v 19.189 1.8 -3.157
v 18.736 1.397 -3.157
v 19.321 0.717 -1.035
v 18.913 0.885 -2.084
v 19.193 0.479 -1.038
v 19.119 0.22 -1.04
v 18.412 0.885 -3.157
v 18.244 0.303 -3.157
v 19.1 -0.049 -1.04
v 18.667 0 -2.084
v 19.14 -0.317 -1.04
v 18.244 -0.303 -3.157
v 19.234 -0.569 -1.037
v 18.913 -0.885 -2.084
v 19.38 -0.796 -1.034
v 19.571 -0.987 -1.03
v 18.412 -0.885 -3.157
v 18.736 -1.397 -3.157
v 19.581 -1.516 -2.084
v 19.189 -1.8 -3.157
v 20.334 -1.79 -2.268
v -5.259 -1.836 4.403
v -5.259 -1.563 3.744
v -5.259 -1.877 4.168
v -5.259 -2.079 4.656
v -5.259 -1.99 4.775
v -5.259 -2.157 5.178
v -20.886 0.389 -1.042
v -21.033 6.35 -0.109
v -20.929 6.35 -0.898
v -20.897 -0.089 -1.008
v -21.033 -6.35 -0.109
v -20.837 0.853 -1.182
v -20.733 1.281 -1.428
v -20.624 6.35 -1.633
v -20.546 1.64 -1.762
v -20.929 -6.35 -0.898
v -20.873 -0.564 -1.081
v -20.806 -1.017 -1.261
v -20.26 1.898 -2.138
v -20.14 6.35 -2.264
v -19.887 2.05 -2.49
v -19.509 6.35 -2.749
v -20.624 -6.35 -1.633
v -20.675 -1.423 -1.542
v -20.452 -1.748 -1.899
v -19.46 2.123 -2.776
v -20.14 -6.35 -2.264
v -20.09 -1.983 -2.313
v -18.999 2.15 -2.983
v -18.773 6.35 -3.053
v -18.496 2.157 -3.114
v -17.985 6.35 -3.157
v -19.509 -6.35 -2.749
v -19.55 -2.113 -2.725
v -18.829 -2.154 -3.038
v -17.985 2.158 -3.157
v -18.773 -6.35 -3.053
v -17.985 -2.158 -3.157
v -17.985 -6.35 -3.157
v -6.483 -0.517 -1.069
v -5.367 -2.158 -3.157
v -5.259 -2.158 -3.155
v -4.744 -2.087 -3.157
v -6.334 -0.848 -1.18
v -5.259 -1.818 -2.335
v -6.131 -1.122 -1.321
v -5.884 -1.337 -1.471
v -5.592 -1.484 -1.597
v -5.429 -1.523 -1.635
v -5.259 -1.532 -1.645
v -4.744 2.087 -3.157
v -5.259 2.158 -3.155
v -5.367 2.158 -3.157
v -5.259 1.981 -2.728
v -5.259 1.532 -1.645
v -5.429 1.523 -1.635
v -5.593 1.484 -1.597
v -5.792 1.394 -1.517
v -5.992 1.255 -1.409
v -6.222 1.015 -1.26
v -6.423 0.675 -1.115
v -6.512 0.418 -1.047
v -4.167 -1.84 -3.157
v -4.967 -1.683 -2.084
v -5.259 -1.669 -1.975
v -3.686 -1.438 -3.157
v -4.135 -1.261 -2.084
# # # # #
Exercise goal — Give an exact copy of the lines above, from the top of the records to the line that contains "v -19.887 2.05 -2.49", taking in both ends.

Finished exercise —
v 19.189 1.8 -3.157
v 18.736 1.397 -3.157
v 19.321 0.717 -1.035
v 18.913 0.885 -2.084
v 19.193 0.479 -1.038
v 19.119 0.22 -1.04
v 18.412 0.885 -3.157
v 18.244 0.303 -3.157
v 19.1 -0.049 -1.04
v 18.667 0 -2.084
v 19.14 -0.317 -1.04
v 18.244 -0.303 -3.157
v 19.234 -0.569 -1.037
v 18.913 -0.885 -2.084
v 19.38 -0.796 -1.034
v 19.571 -0.987 -1.03
v 18.412 -0.885 -3.157
v 18.736 -1.397 -3.157
v 19.581 -1.516 -2.084
v 19.189 -1.8 -3.157
v 20.334 -1.79 -2.268
v -5.259 -1.836 4.403
v -5.259 -1.563 3.744
v -5.259 -1.877 4.168
v -5.259 -2.079 4.656
v -5.259 -1.99 4.775
v -5.259 -2.157 5.178
v -20.886 0.389 -1.042
v -21.033 6.35 -0.109
v -20.929 6.35 -0.898
v -20.897 -0.089 -1.008
v -21.033 -6.35 -0.109
v -20.837 0.853 -1.182
v -20.733 1.281 -1.428
v -20.624 6.35 -1.633
v -20.546 1.64 -1.762
v -20.929 -6.35 -0.898
v -20.873 -0.564 -1.081
v -20.806 -1.017 -1.261
v -20.26 1.898 -2.138
v -20.14 6.35 -2.264
v -19.887 2.05 -2.49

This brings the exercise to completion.